The reason I chose your blog to reply to is that you had written a defense of scientists. However, I will probably switch mostly to twitter so I can keep the questions and answers short.
Before I forget, I'd love the supplement with the references you referred to, as well as the timed-feeding study. Carbsane at gmail dot com, but I'll also try and email you when I get a chance. For some reason gmail is not working and playing well with this browser on this computer at the moment :(
In any case, I'm probably more "tainted" against mouse models of adiposity and disease lately because several months back I started looking into the GLUT4 KO mice. Some VERY interesting stuff there, all about 5 or so years old and implicating RBP. Well, turns out we don't see that in humans which is likely why we're not still seeing all of the unanswered questions answered in intervening years. Still, some basics hold between mice and humans.

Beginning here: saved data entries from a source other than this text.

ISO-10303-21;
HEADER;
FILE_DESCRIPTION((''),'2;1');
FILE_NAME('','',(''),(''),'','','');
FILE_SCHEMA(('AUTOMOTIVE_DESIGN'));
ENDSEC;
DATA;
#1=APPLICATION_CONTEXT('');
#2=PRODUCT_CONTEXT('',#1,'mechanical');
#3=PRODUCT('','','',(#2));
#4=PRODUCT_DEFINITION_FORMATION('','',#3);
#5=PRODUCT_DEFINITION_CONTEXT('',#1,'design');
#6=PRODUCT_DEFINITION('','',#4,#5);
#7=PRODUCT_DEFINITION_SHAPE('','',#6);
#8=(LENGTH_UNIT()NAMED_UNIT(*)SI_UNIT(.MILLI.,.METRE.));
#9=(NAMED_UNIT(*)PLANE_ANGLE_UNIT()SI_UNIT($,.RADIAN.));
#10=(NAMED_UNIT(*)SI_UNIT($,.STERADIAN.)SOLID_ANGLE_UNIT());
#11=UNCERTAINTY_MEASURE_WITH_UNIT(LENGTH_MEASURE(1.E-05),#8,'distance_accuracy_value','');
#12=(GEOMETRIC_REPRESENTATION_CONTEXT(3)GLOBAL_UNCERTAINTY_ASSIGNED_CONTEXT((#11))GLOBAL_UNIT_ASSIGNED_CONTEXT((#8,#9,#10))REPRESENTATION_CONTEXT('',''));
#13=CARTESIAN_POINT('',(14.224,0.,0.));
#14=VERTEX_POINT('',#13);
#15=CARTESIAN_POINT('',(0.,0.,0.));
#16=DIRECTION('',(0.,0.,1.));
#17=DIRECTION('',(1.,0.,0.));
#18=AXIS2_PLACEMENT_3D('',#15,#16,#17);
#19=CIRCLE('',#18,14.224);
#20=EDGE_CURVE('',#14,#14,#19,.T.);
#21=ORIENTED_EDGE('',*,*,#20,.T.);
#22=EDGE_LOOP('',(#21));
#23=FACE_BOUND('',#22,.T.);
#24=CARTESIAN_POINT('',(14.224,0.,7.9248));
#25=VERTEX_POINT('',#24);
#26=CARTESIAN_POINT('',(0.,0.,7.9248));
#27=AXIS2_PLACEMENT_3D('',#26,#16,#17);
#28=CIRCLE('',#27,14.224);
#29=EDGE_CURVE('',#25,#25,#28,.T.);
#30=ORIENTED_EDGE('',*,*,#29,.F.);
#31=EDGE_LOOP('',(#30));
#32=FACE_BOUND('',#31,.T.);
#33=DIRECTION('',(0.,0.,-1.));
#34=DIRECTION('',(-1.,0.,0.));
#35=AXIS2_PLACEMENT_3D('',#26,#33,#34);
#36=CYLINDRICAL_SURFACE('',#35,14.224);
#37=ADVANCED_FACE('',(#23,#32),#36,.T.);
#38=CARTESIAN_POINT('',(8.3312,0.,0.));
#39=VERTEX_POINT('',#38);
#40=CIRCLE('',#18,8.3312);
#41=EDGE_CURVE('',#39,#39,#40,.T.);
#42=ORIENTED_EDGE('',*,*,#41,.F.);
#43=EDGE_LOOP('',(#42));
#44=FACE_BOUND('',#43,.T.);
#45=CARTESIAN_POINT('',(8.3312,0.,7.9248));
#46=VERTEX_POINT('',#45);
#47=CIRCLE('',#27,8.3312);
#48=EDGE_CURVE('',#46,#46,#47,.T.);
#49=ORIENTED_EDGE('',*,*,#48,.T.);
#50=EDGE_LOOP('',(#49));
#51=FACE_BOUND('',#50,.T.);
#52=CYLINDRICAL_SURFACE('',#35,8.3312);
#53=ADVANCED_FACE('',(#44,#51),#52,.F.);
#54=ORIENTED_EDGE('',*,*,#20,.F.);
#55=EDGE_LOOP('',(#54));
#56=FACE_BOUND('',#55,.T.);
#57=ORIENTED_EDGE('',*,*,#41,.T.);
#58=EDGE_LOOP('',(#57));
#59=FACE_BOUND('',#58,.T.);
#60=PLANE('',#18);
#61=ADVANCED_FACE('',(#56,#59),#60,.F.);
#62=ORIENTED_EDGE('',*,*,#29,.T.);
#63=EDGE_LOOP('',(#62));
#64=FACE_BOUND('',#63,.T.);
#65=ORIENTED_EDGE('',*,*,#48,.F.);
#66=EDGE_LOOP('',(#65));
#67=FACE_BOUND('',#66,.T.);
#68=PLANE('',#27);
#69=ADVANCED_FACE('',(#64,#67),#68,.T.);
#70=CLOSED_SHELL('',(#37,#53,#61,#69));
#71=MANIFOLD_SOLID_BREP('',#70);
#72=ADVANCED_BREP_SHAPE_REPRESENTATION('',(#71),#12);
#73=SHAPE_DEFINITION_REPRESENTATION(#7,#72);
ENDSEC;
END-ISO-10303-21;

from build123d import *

# Parameters (mm, degrees)
SKETCH1_R           = 14.224
BOSS_EXTRUDE1_DEPTH = 7.9248
SKETCH2_R           = 8.3312
CUT_EXTRUDE1_DEPTH  = 7.9248


with BuildPart() as part:
    # Sketch1 → Boss-Extrude1 (new body)
    with BuildSketch(Plane.XY):
        Circle(SKETCH1_R)
    extrude(amount=BOSS_EXTRUDE1_DEPTH)

    # Sketch2 → Cut-Extrude1 (cut)
    with BuildSketch(Plane.XY):
        Circle(SKETCH2_R)
    extrude(amount=CUT_EXTRUDE1_DEPTH, mode=Mode.SUBTRACT)


solid = part.part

So yeah, insulin has similar actions, but some of the processes it is involved in are more significant in mice than humans. (The role of de novo lipogenesis and gut-derived SCFA come to mind as well). There's also no getting around that small rodents expend a lot more energy as a percent of overall metabolism on body temperature regulation and adaptations seem to be available within a far greater range than for humans. If there are studies in humans where suppressing insulin is shown to upregulate WAT UCP1 (with octreotide perhaps?), I'd be very interested.
If I may, it seems (again, I plan to devote appropriate attention to your paper later this week or over the weekend) that in your mouse, failure to be able to compensate with insulin induces an adaptive pathway that "burns off" the lipids. This produces healthy mice, apparently. But we do not see this in humans -- or is there even an analogous condition?

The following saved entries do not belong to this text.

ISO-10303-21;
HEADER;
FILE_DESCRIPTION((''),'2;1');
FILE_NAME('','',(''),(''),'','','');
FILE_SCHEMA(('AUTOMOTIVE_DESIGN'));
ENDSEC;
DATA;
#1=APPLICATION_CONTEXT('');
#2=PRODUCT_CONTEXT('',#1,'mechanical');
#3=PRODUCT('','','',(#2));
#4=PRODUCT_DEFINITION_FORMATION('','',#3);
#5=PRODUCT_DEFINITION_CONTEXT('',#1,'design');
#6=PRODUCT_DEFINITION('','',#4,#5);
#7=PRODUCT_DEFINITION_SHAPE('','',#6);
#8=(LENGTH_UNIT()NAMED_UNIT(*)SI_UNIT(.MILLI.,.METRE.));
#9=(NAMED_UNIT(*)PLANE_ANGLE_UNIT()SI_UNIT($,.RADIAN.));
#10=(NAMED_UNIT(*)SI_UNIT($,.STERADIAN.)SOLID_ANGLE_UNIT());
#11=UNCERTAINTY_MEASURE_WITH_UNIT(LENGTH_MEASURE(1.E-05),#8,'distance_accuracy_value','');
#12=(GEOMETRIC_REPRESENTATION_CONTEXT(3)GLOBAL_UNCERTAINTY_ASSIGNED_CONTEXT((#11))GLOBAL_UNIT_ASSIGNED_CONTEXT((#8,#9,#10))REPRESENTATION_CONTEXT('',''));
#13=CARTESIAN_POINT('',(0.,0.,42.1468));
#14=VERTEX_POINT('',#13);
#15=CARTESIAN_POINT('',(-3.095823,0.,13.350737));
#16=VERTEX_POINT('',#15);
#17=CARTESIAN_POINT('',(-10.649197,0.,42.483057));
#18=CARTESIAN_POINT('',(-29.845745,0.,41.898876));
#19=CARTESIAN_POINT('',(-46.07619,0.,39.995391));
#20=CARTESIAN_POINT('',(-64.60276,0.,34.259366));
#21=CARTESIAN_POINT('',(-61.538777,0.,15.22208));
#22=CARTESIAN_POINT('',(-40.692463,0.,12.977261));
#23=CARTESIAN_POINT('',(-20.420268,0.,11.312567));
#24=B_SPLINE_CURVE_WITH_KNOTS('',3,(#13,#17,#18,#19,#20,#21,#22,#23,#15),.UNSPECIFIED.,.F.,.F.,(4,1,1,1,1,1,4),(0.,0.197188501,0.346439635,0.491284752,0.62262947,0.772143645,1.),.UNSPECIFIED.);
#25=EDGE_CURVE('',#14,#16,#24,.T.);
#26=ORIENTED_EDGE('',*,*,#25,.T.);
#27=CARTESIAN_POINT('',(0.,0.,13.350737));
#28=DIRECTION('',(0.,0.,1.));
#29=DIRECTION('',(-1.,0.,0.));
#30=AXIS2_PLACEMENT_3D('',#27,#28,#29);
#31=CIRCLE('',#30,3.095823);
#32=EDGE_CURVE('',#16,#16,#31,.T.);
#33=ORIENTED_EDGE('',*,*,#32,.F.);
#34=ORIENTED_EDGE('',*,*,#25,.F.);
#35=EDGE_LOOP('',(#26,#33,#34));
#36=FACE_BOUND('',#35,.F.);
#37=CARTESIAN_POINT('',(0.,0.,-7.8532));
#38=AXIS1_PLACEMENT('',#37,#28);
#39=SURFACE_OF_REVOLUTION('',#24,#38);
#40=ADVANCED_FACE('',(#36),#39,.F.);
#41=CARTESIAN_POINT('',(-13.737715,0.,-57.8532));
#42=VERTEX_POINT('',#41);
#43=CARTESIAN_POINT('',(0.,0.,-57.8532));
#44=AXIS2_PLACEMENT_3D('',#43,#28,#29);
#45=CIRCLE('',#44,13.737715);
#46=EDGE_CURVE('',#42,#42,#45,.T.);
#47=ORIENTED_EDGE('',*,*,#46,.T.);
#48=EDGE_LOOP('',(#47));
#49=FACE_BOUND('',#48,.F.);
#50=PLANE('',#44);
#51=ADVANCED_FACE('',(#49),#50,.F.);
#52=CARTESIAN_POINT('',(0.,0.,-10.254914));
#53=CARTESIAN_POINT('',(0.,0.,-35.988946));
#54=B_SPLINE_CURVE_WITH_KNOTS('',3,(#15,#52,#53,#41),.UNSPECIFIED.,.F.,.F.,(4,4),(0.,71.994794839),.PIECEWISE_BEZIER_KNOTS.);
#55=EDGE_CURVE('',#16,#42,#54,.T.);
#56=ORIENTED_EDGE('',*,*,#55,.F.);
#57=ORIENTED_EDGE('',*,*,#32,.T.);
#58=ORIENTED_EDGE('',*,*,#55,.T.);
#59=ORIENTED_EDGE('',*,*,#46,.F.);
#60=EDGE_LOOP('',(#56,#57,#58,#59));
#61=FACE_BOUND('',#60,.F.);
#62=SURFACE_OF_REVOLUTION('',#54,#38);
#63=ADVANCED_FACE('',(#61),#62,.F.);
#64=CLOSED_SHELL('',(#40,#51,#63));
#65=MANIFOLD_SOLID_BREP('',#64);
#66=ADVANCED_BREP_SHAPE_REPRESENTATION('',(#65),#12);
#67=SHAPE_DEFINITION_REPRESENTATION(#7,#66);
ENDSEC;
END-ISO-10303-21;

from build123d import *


with BuildPart() as f1:
    # F0 (on Front) → F1 (revolve)
    with BuildSketch(Plane.XZ):
        with BuildLine():
            Line((0, -57.8531995416), (0, 42.1468004584))
            add(Edge.make_bspline(
                [(0, 42.1468004584), (-10.6491965106, 42.4830572489), (-29.8457453716, 41.8988756404), (-46.0761903777, 39.9953905425), (-64.602760121, 34.2593659816), (-61.5387773435, 15.2220795305), (-40.6924628799, 12.9772610244), (-20.420268456, 11.3125672127), (-3.0958228745, 13.3507372811)],
                knots=[0, 0, 0, 0, 0.1971885014, 0.3464396353, 0.4912847523, 0.6226294698, 0.7721436447, 1, 1, 1, 1], degree=3))
            add(Edge.make_bspline(
                [(-3.0958228745, 13.3507372811), (0, -10.254913941), (0, -35.988945514), (-13.7377148494, -57.8531995416)],
                knots=[0, 0, 0, 0, 71.9947948387, 71.9947948387, 71.9947948387, 71.9947948387], degree=3))
            Line((-13.7377148494, -57.8531995416), (0, -57.8531995416))
        make_face()
    revolve(axis=Axis((0, 0, -7.8531995416), (0, 0, 1)))


solid = f1.part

To me this illustrates the beauty of the KO, and the limitations. It can isolate an action with pinpoint accuracy and help unmask others that may kick into the forefront. But unless there's an analogous genetic defect in humans, they are of little practical application. On the flipside, however, they can help elucidate the difference between mechanism of pathology vs. symptomatic agent. For example, if hyperglycemia alone causes problems, this mouse should be blind and limbless by 6 mo. If insulin alone regulates fat mass, it should be a porker. So KO's provide better information than trying to infuse an animal etc.
I don't think any serious person denies the role insulin plays in the PROPER storage of fat in adipose tissue.

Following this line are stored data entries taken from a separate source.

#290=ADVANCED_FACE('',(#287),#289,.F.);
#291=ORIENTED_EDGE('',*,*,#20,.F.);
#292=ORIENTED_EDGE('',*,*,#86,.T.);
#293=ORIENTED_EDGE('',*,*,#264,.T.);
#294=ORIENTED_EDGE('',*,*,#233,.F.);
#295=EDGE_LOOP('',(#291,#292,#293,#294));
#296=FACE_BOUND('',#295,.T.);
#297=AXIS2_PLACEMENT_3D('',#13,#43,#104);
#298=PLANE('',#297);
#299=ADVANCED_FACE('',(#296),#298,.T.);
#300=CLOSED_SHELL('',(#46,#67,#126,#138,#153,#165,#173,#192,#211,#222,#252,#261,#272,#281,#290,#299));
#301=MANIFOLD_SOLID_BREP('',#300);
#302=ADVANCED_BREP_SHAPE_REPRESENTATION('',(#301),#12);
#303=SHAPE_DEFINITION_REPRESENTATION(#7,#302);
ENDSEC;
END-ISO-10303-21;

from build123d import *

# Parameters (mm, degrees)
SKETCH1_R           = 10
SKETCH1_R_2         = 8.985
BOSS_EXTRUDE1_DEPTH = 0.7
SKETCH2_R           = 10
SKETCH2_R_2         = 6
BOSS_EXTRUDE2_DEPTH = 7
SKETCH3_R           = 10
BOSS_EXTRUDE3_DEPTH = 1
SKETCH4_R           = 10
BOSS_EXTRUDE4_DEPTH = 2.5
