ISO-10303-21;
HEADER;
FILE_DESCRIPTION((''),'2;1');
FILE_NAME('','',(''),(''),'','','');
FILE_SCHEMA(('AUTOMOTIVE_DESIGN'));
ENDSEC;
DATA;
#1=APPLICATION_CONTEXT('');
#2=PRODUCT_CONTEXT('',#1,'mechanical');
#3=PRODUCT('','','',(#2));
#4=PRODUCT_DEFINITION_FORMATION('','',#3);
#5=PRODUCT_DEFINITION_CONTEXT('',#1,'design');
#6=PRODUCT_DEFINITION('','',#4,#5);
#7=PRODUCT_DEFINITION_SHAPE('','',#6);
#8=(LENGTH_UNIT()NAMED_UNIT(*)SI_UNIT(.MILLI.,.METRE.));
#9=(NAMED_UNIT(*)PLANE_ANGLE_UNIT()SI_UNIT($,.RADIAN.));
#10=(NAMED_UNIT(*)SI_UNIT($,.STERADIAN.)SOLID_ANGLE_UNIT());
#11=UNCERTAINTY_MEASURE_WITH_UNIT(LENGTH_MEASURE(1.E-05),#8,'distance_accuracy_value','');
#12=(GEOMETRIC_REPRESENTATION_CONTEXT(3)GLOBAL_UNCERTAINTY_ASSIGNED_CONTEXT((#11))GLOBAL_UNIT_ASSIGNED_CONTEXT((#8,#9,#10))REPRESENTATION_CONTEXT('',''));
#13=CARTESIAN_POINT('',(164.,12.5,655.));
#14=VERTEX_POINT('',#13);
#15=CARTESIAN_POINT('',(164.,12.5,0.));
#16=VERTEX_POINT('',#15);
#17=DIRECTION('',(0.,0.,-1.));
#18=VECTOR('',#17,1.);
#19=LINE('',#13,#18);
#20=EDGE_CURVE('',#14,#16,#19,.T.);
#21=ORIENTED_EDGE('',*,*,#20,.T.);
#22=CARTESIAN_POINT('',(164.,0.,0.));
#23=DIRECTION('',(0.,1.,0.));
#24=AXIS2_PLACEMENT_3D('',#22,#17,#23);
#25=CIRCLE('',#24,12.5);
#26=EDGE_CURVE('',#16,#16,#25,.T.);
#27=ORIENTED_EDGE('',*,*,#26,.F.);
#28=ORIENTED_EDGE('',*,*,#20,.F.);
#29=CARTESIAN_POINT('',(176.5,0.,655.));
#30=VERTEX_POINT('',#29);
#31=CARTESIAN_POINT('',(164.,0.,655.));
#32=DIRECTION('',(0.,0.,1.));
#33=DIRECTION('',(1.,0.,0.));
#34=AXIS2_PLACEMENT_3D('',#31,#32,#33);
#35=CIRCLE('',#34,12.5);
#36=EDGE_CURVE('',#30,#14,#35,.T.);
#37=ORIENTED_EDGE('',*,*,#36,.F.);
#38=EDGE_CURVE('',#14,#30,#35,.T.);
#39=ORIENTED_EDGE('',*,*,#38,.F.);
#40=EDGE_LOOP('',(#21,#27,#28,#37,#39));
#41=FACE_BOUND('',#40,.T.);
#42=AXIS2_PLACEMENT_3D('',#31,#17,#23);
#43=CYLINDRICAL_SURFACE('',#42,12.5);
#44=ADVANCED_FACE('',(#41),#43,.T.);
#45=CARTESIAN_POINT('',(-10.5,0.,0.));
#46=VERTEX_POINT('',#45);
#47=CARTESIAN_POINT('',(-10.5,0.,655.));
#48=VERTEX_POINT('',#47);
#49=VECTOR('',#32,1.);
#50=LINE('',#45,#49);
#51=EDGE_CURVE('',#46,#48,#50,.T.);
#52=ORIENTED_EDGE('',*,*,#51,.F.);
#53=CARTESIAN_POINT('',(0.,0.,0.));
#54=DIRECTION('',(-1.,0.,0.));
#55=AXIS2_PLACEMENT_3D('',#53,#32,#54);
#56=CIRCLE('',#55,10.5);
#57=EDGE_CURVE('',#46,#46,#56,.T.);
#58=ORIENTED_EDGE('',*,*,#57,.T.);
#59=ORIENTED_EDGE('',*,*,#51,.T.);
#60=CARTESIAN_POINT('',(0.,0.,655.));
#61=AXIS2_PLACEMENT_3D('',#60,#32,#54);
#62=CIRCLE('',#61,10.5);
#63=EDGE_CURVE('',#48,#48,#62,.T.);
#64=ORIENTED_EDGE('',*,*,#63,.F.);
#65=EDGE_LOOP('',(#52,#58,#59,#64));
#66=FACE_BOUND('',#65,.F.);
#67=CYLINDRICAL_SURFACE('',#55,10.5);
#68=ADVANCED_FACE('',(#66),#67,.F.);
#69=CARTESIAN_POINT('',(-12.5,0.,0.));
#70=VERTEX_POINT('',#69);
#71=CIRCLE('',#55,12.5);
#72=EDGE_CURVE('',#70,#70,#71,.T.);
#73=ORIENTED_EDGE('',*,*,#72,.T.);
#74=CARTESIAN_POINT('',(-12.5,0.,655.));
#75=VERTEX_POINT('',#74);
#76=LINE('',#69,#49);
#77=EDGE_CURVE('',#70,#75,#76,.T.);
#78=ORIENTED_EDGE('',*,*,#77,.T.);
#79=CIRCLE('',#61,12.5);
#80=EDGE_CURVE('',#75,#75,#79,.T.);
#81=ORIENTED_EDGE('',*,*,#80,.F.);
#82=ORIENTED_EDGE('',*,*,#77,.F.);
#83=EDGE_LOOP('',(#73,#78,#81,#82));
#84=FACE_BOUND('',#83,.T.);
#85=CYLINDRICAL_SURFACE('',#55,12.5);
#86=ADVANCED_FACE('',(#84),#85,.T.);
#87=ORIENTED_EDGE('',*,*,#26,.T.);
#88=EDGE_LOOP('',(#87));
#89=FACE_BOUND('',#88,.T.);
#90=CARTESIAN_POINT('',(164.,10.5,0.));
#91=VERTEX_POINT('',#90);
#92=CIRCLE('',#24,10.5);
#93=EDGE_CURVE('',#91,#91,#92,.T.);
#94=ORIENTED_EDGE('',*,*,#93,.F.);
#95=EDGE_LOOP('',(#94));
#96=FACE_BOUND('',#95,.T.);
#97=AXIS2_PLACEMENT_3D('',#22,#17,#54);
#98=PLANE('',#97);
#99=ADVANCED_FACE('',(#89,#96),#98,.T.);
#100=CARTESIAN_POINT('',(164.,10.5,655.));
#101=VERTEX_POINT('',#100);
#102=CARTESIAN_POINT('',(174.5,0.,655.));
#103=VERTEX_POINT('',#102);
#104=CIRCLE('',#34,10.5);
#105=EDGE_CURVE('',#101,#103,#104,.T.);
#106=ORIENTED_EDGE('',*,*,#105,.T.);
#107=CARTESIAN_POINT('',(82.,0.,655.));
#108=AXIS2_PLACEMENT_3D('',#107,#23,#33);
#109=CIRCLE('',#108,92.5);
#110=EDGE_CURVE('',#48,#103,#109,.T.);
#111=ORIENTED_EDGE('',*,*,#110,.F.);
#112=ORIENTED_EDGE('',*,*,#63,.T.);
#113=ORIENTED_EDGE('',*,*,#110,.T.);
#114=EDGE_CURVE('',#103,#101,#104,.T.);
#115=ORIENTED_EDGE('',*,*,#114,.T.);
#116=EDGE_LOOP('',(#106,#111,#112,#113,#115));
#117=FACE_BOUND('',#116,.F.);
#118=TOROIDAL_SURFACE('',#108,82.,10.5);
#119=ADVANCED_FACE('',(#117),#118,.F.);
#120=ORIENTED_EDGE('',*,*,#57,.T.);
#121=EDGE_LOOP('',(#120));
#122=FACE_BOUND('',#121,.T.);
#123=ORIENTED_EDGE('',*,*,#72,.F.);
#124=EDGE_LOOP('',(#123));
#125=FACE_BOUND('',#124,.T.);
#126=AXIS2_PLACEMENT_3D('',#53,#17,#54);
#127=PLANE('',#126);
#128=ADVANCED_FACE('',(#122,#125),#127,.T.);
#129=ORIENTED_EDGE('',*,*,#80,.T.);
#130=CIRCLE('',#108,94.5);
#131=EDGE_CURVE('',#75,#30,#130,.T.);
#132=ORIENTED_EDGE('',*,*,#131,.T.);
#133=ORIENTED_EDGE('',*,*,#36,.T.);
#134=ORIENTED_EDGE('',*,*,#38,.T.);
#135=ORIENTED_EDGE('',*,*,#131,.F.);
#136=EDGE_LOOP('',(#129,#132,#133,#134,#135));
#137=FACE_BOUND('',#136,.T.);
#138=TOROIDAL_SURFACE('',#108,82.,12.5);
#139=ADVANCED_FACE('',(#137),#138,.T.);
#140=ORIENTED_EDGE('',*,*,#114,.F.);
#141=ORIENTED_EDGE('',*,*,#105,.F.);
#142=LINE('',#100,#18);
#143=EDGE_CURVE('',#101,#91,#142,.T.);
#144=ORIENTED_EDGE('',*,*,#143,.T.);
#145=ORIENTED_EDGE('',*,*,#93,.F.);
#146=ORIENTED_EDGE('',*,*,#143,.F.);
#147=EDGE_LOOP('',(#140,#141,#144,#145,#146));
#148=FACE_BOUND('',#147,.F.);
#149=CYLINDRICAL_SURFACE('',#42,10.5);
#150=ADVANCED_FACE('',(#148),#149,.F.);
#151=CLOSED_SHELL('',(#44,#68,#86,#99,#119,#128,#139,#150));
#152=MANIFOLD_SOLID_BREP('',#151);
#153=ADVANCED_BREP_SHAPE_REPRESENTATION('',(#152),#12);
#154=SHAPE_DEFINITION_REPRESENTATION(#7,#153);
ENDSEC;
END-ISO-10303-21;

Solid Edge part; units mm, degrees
sketch "Sketch1" plane through (0, 0, 0) normal (0, -1, 0) x (1, 0, 0)
  line L0 (0, 0) -> (0, 655)
  dimension "D1" = 164
  dimension "D2" = 655
sketch "Sketch2" plane through (0, 0, 0) normal (0, 0, -1) x (-1, 0, 0)
  circle A0 centre (0, 0) radius 12.5
  dimension "D1" = 25
sweep "SweptProtrusion_8" add profiles "Sketch2" path "Sketch1"
sketch "Sketch3" plane through (0, 0, 0) normal (0, -1, 0) x (1, 0, 0)
  arc A0 (0, 655) -> (164, 655) centre (82, 655) cw
sketch "Sketch4" plane through (0, 0, 655) normal (0, 0, 1) x (-1, 0, 0)
  circle A0 centre (0, 0) radius 12.5
  dimension "D1" = 25
sweep "SweptProtrusion_10" add profiles "Sketch4" path "Sketch3"
sketch "Sketch5" plane through (0, 0, 0) normal (0, -1, 0) x (1, 0, 0)
  line L0 (164, 655) -> (164, 0)
  dimension "D1" = 164
  dimension "D2" = 655
sketch "Sketch6" plane through (100, 0, 655) normal (0, 0, -1) x (0, 1, 0)
  circle A0 centre (0, 64) radius 12.5
sweep "SweptProtrusion_11" add profiles "Sketch6" path "Sketch5"
shell "Thinwall_2" thickness 2 removed faces 4 at (8.5833, -8.0833, 0) at (172.5833, -8.0833, 0) at (8.5833, -8.0833, 0) at (172.5833, -8.0833, 0)
properties material "Stainless steel"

My gut says your mouse demonstrates well that the body must be capable of high basal insulin production in order for obesity to develop and be maintained. But what causes that high basal insulin? I think there's ample evidence that it is compensatory to overnutrition and expanding fat stores in non-gen-mod animals and humans.
Interestingly enough, if HI comes before IR, the LC intelligentsia just shot their science journo leader in the foot ;-) But I doubt you wanna get entangled in that web!
Cheers!
I don't expect you will be reading this, but if you are, I have a question. Have you looked at the pattern of insulin secretion in your mice? You will know all about insulin oscillations and how important they are for insulin action. I have seen a suggestion in the literature that a high fat diet disrupts oscillatory insulin secretion. Could it be more disrupted in the Ins+/+ mice than in the Ins+/- mice?
You told Evelyn earlier that 'the mice that are fed only in a small window of time are protected from the hyperinsulinemia'. This could mean, mice that do fasting-induced autophagy have well-functioning beta cells which oscillate properly. I'm sure this has occurred to you.
This misconception makes a lot of studies about high fat diet a bit problematic for extrapolating the results in our current diets.
Do not know if this is the case of your study (sorry if not) but just want to note it.